The active metabolite of leflunomide, A771726 is suspected to cause serious birth defects when administered during pregnancy. Arava is contraindicated in pregnancy (see section 4.3).
Women of childbearing potential have to use effective contraception during and up to 2 years after treatment (see “waiting period” below) or up to 11 days after treatment (see abbreviated “washout period” below).
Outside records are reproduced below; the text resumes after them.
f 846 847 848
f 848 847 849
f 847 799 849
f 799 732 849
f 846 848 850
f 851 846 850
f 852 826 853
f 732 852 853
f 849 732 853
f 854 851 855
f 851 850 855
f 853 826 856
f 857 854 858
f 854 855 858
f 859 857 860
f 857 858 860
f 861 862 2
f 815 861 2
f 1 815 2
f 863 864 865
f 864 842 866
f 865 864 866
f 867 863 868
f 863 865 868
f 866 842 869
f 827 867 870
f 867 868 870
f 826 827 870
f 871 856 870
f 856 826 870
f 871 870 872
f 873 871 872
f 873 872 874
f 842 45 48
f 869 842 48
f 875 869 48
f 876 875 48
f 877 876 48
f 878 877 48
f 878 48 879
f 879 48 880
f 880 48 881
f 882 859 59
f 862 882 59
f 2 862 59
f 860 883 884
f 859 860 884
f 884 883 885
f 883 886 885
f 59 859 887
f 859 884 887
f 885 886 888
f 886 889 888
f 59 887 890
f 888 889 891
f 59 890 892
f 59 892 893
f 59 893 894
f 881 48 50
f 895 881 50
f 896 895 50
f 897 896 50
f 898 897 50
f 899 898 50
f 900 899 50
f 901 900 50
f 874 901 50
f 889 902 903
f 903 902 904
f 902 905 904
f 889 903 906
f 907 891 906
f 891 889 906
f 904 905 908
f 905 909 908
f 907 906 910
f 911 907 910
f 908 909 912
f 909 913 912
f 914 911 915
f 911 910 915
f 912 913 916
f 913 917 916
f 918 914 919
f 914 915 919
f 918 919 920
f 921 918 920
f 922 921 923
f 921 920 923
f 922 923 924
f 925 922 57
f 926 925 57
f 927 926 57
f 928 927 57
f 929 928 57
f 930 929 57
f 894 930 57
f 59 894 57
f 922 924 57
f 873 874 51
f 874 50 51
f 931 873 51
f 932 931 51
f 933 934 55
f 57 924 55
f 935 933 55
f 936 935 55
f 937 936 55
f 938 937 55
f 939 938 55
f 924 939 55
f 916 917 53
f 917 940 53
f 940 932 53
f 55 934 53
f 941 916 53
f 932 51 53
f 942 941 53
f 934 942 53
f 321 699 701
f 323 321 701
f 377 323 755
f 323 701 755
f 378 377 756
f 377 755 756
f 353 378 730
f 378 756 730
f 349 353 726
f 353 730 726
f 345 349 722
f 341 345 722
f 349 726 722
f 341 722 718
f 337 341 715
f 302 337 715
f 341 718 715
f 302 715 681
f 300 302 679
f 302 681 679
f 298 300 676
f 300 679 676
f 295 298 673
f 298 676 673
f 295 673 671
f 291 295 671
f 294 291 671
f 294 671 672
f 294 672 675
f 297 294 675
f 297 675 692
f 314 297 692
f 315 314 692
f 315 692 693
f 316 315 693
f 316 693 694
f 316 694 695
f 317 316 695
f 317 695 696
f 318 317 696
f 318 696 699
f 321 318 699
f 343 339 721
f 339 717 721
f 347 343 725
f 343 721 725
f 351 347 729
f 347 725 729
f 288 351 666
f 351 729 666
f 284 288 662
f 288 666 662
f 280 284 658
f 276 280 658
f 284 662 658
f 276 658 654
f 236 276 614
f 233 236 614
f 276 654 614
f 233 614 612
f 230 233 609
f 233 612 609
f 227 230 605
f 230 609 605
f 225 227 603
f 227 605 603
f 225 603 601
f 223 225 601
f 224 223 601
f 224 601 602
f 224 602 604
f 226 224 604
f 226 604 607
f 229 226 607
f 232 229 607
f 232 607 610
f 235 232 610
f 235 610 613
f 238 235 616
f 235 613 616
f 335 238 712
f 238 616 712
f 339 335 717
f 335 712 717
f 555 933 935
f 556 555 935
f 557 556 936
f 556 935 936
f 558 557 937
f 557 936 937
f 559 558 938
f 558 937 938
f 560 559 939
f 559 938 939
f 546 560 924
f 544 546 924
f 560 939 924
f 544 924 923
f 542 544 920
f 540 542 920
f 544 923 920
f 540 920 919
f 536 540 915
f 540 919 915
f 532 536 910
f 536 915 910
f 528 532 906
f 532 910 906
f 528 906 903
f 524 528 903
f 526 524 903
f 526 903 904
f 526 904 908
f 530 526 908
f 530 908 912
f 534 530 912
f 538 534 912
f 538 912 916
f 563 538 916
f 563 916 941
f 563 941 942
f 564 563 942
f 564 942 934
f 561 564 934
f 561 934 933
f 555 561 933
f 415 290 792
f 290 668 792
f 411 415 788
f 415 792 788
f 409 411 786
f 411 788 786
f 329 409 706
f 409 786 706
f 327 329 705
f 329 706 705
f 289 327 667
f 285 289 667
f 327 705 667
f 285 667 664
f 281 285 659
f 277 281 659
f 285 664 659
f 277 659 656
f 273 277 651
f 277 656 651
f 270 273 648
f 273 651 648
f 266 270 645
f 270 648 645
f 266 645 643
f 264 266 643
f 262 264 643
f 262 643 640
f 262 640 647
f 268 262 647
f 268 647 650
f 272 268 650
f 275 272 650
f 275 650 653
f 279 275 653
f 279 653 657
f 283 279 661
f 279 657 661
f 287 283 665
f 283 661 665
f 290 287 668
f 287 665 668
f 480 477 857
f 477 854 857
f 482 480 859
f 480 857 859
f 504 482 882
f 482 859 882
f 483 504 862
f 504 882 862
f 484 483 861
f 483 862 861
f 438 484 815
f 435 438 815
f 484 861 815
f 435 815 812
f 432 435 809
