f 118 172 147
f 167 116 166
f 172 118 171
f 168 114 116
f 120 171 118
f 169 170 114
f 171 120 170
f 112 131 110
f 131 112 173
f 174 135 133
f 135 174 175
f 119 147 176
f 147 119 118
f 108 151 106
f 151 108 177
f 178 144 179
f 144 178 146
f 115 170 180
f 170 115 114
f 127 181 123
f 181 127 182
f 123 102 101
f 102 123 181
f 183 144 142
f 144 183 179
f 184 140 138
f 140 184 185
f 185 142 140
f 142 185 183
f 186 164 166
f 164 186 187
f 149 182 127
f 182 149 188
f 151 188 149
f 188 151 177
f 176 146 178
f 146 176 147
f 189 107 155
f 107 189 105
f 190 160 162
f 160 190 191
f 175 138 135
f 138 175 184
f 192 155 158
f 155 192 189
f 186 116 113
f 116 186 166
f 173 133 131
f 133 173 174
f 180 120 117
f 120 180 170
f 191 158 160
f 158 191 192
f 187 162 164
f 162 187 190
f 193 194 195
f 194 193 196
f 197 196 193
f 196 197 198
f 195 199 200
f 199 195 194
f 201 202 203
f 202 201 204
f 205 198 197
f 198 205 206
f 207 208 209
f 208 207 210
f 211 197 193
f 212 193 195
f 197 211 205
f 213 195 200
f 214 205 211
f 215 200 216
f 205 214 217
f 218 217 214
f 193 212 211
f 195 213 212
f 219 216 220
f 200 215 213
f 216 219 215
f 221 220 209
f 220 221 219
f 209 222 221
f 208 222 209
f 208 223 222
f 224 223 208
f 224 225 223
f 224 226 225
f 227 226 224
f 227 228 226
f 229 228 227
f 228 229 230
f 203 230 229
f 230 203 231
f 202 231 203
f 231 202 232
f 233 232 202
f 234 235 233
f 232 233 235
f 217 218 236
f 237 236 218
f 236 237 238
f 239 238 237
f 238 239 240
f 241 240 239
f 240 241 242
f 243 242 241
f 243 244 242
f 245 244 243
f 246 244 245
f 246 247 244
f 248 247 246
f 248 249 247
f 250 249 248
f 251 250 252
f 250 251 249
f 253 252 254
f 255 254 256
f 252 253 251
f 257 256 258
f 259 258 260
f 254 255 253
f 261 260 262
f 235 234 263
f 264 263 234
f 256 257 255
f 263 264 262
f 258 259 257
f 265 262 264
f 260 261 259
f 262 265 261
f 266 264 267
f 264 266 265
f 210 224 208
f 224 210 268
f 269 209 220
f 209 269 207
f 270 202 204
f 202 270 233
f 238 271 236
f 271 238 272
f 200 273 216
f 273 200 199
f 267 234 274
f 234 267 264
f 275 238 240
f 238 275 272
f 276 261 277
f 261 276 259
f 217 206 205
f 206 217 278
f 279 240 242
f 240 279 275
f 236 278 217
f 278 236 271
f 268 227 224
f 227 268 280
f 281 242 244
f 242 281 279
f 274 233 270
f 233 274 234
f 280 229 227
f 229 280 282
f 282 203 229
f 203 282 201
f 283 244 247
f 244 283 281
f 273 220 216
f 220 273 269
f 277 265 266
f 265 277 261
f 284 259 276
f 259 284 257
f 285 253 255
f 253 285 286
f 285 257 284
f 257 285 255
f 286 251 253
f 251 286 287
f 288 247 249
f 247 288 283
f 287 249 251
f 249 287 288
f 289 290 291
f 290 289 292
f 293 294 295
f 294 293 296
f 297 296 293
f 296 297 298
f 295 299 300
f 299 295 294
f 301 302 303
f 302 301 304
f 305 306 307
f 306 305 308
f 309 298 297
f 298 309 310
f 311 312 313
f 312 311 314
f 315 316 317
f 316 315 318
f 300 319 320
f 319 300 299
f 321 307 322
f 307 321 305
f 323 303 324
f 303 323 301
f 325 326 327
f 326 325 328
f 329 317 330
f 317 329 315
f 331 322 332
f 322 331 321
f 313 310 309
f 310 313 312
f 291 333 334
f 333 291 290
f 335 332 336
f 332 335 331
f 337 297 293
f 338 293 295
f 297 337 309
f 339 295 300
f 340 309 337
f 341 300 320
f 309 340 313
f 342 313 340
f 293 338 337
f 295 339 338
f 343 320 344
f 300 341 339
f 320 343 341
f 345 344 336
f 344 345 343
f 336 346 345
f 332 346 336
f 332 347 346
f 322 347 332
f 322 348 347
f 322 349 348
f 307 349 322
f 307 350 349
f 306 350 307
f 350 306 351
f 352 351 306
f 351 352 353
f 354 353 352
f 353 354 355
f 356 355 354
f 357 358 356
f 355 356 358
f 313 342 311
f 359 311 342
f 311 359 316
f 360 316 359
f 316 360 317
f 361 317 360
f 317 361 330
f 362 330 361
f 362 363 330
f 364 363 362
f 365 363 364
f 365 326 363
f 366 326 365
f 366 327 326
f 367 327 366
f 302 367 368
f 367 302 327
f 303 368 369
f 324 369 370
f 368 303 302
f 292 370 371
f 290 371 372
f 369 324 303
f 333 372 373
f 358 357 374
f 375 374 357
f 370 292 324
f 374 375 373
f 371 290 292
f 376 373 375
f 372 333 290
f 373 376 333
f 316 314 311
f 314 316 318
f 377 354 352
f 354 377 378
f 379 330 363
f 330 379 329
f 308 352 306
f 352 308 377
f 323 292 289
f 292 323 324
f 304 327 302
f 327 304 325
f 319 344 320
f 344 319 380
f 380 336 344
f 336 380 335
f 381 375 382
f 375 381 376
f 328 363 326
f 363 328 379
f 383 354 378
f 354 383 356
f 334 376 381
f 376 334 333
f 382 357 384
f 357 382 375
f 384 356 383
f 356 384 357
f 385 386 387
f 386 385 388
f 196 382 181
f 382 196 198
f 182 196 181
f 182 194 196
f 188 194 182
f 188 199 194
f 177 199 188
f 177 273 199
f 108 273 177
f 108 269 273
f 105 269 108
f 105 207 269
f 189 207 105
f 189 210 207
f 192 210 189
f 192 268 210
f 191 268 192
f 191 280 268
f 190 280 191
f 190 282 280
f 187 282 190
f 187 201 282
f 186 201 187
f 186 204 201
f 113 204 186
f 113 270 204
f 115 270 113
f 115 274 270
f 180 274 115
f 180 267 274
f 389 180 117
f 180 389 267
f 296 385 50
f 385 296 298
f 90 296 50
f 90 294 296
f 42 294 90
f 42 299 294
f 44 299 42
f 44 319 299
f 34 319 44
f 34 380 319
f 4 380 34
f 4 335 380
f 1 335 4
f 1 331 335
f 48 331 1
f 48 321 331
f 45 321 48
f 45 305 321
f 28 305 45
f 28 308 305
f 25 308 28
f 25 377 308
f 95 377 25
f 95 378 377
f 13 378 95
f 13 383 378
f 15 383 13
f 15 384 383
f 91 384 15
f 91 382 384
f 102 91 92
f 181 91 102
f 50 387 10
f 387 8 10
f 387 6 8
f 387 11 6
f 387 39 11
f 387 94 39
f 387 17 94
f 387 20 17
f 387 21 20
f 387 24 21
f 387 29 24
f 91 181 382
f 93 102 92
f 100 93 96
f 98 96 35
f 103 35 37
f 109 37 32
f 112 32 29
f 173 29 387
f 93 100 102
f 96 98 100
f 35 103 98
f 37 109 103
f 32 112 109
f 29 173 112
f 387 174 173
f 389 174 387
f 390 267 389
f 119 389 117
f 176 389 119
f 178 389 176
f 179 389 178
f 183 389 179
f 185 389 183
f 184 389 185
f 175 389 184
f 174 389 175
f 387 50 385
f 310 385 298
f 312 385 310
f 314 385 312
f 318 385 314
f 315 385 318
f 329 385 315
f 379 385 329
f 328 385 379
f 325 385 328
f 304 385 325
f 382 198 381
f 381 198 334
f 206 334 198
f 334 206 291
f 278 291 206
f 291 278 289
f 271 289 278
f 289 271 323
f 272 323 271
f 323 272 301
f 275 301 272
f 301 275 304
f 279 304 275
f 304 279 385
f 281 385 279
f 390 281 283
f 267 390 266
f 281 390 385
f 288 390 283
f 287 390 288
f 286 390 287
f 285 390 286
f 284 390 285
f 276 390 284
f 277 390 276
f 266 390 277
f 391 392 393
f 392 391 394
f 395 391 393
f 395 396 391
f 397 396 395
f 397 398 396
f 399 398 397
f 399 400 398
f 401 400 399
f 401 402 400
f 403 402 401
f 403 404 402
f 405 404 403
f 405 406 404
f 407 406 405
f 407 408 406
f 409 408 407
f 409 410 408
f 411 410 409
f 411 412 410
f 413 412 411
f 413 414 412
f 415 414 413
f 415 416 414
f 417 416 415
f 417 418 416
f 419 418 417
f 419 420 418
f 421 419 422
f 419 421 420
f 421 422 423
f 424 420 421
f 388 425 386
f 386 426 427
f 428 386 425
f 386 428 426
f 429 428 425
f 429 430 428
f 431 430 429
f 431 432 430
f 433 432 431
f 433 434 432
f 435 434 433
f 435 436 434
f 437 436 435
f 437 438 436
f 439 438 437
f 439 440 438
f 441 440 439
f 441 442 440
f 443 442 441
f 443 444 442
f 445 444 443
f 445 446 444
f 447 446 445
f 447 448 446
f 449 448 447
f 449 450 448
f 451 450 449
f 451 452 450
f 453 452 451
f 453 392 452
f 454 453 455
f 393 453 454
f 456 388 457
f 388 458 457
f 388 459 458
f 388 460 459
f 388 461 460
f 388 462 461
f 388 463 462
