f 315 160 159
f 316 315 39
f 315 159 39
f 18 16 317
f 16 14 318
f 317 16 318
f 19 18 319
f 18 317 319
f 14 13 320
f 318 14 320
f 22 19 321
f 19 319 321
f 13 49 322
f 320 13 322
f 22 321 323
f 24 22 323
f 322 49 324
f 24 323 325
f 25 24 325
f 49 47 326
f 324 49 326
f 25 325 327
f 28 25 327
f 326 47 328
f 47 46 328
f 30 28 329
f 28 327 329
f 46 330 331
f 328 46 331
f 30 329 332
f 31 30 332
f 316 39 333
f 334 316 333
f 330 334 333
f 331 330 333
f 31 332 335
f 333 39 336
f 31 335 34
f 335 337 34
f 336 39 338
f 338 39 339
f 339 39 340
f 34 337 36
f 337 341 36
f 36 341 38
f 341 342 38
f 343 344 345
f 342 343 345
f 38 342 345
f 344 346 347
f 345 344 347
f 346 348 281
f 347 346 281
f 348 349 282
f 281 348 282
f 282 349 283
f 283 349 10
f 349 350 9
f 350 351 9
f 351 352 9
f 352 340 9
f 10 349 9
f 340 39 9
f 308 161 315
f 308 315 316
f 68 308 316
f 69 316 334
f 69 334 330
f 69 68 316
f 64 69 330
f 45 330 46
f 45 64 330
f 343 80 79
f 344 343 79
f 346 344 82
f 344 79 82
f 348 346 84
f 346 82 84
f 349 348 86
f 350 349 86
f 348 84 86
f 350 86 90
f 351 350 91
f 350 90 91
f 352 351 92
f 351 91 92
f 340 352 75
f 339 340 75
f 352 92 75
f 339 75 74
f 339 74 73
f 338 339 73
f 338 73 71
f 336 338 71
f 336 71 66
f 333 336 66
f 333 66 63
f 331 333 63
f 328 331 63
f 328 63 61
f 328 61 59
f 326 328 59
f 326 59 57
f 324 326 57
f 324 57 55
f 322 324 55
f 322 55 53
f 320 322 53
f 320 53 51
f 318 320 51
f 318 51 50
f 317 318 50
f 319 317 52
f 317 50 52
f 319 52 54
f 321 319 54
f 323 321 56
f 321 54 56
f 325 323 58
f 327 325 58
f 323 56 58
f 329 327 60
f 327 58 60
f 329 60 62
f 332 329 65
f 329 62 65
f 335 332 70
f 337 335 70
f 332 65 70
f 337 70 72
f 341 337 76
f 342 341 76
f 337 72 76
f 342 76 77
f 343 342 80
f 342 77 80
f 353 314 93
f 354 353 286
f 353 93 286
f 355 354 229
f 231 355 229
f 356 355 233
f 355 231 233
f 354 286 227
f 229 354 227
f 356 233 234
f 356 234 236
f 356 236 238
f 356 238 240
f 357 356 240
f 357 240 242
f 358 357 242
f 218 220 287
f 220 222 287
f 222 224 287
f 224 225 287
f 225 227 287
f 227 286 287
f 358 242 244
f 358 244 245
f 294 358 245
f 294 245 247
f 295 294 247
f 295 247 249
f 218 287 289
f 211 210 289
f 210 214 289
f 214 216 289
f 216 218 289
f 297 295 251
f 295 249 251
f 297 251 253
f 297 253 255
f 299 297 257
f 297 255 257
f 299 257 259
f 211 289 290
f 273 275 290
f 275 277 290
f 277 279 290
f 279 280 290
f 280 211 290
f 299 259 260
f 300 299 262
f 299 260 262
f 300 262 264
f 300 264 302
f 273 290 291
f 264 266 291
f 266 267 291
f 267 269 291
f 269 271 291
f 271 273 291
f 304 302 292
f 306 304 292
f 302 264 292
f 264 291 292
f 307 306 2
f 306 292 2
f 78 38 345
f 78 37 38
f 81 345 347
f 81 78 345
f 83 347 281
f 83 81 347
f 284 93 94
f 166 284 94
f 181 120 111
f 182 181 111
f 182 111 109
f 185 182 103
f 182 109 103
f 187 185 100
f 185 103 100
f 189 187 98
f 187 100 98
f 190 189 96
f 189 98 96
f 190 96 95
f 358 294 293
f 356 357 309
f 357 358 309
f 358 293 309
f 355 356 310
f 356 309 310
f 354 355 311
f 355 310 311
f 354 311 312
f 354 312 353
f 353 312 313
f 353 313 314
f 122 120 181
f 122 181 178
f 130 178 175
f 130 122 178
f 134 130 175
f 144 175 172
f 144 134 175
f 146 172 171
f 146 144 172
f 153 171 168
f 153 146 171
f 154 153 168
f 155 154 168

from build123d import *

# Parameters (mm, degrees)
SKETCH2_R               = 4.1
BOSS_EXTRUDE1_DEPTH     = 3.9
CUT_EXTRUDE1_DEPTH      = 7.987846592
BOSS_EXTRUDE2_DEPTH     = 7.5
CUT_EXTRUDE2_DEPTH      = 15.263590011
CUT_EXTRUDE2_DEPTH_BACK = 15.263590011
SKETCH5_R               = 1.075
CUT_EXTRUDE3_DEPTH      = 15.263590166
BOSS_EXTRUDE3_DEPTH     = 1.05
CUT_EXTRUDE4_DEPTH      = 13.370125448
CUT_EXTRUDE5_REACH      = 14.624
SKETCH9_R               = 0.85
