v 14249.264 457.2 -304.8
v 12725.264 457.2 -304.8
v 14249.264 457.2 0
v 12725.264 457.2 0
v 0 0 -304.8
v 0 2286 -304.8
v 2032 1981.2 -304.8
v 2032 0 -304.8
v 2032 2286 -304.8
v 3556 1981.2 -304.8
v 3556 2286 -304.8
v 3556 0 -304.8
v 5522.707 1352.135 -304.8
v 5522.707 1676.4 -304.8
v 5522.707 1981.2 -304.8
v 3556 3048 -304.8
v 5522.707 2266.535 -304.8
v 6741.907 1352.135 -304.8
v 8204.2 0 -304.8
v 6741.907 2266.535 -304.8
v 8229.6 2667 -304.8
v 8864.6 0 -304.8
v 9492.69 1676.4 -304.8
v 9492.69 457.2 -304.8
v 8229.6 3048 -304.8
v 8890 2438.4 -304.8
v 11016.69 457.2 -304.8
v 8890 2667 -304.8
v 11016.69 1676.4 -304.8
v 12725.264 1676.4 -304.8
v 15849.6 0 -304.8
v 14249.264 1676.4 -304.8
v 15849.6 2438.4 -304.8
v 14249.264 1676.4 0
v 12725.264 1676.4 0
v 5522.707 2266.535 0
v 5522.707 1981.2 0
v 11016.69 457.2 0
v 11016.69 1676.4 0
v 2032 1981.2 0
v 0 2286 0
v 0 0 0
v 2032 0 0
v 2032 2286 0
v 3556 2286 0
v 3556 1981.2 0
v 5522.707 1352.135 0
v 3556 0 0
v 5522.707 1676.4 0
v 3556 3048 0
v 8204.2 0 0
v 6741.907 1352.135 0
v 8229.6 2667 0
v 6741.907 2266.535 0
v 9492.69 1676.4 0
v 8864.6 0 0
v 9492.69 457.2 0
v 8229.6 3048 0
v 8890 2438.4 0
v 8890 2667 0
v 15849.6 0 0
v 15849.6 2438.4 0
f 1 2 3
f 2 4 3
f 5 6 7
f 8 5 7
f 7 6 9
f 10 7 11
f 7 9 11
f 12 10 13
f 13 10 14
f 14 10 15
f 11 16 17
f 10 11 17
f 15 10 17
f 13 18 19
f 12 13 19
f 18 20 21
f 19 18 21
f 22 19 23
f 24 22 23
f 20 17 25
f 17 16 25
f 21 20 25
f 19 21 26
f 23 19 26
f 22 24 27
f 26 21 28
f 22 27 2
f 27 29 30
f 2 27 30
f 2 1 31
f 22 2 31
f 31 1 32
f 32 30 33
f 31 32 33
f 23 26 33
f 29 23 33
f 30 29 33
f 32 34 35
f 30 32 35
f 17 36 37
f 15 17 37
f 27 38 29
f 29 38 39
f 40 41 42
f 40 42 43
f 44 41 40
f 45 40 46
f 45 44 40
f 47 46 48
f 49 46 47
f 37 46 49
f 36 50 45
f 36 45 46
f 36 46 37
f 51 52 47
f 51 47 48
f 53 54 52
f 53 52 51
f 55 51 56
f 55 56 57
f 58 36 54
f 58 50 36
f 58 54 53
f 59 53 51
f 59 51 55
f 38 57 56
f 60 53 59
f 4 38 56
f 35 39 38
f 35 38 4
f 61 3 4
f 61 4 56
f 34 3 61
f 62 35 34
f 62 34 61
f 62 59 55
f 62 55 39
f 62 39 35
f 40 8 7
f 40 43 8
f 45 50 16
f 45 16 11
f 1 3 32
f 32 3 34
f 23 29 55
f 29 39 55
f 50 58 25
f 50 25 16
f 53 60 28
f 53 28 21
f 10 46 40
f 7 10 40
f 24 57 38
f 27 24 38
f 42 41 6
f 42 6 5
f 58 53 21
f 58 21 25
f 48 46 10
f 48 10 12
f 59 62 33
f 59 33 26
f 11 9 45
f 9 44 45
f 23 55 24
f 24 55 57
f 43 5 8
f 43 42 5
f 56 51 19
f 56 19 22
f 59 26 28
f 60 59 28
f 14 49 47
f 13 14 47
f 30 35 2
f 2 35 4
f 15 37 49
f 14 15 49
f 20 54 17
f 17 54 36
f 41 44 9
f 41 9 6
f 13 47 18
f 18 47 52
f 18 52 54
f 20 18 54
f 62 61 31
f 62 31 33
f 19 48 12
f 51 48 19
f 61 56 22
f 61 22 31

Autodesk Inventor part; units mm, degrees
ref_plane "YZ Plane" through (0, 0, 0) normal (1, 0, 0) x (0, 1, 0)
ref_plane "XZ Plane" through (0, 0, 0) normal (0, 1, 0) x (-1, 0, 0)
ref_plane "XY Plane" through (0, 0, 0) normal (0, 0, 1) x (1, 0, 0)
sketch "Sketch2" plane through (0, 0, 0) normal (0, 0, 1) x (1, 0, 0)
  line L0 (0, 0) -> (2032, 0)
  line L1 (2032, 0) -> (2032, 1981.2)
  line L2 (2032, 2286) -> (0, 2286)
  line L3 (0, 2286) -> (0, 0)
  line L4 (2032, 2286) -> (3556, 2286)
  line L5 (3556, 1981.2) -> (2032, 1981.2)
  line L6 (3556, 1981.2) -> (3556, 0) construction
  line L7 (3556, 0) -> (8204.2, 0)
  line L8 (8229.6, 2667) -> (8229.6, 3048)
  line L9 (8229.6, 3048) -> (3556, 3048)
  line L10 (8204.2, 0) -> (8864.6, 0)
  line L11 (8890, 2438.4) -> (8890, 2667)
  line L12 (8890, 2667) -> (8229.6, 2667)
  line L13 (8864.6, 0) -> (15849.6, 0)
  line L14 (15849.6, 0) -> (15849.6, 2438.4)
  line L15 (15849.6, 2438.4) -> (8890, 2438.4)
  line L16 (9492.6899, 457.2) -> (11016.6899, 457.2)
  line L17 (11016.6899, 457.2) -> (11016.6899, 1676.4)
  line L18 (11016.6899, 1676.4) -> (9492.6899, 1676.4)
  line L19 (9492.6899, 1676.4) -> (9492.6899, 457.2)
  line L20 (9492.6899, 457.2) -> (11016.6899, 1676.4) construction
  line L21 (11016.6899, 457.2) -> (9492.6899, 1676.4) construction
  line L22 (12725.2645, 457.2) -> (14249.2645, 457.2)
  line L23 (14249.2645, 457.2) -> (14249.2645, 1676.4)
  line L24 (14249.2645, 1676.4) -> (12725.2645, 1676.4)
  line L25 (12725.2645, 1676.4) -> (12725.2645, 457.2)
  line L26 (12725.2645, 457.2) -> (14249.2645, 1676.4) construction
  line L27 (14249.2645, 457.2) -> (12725.2645, 1676.4) construction
  line L28 (5522.7071, 1352.1351) -> (6741.9071, 1352.1351)
  line L29 (6741.9071, 1352.1351) -> (6741.9071, 2266.5351)
  line L30 (6741.9071, 2266.5351) -> (5522.7071, 2266.5351)
  line L31 (5522.7071, 1352.1351) -> (6741.9071, 2266.5351) construction
  line L32 (6741.9071, 1352.1351) -> (5522.7071, 2266.5351) construction
  line L33 (5522.7071, 2266.5351) -> (5522.7071, 1981.2)
  line L34 (5522.7071, 1676.4) -> (5522.7071, 1352.1351)
  line L35 (3556, 3048) -> (3556, 2286)
  line L36 (3556, 1981.2) -> (3556, 0)
  line L37 (5522.7071, 2266.5351) -> (5522.7071, 1352.1351)
  point P0 (10254.6899, 1066.8)
  point P1 (13487.2645, 1066.8)
  point P2 (6132.3071, 1809.3351)
  dimension "d25" = 2286
  dimension "d26" = 1524
  dimension "d28" = 4673.6
  dimension "d34" = 6959.6
  dimension "d35" = 2438.4
  dimension "d36" = 1524
  dimension "d38" = 1219.2
  dimension "d39" = 1524
  dimension "d40" = 1219.2
  dimension "d41" = 1219.2
  dimension "d42" = 914.4
  dimension "d43" = 660.4
  dimension "d44" = 2667
  dimension "d45" = 3048
  dimension "d46" = 304.8
  dimension "d51" = 3556
  dimension "d52" = 2032
  dimension "d53" = 12293.6
extrude "Extrusion2" add sketch "Sketch2" against normal blind 304.8
properties part number "eastSideofHouseFacingPool"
The patient must be advised that if there is any delay in onset of menses or any other reason to suspect pregnancy, they must notify the physician immediately for pregnancy testing, and if positive, the physician and patient must discuss the risk to the pregnancy. It is possible that rapidly lowering the blood level of the active metabolite, by instituting the drug elimination procedure described below, at the first delay of menses may decrease the risk to the foetus from leflunomide.
In a small prospective study in women (n=64) who became inadvertently pregnant while taking leflunomide for no more than three weeks after conception and followed by a drug elimination procedure, no significant differences (p=0.13) were observed in the overall rate of major structural defects (5.4%) compared to either of the comparison groups (4.2% in the disease matched group [n=108] and 4.2% in healthy pregnant women [n=78]).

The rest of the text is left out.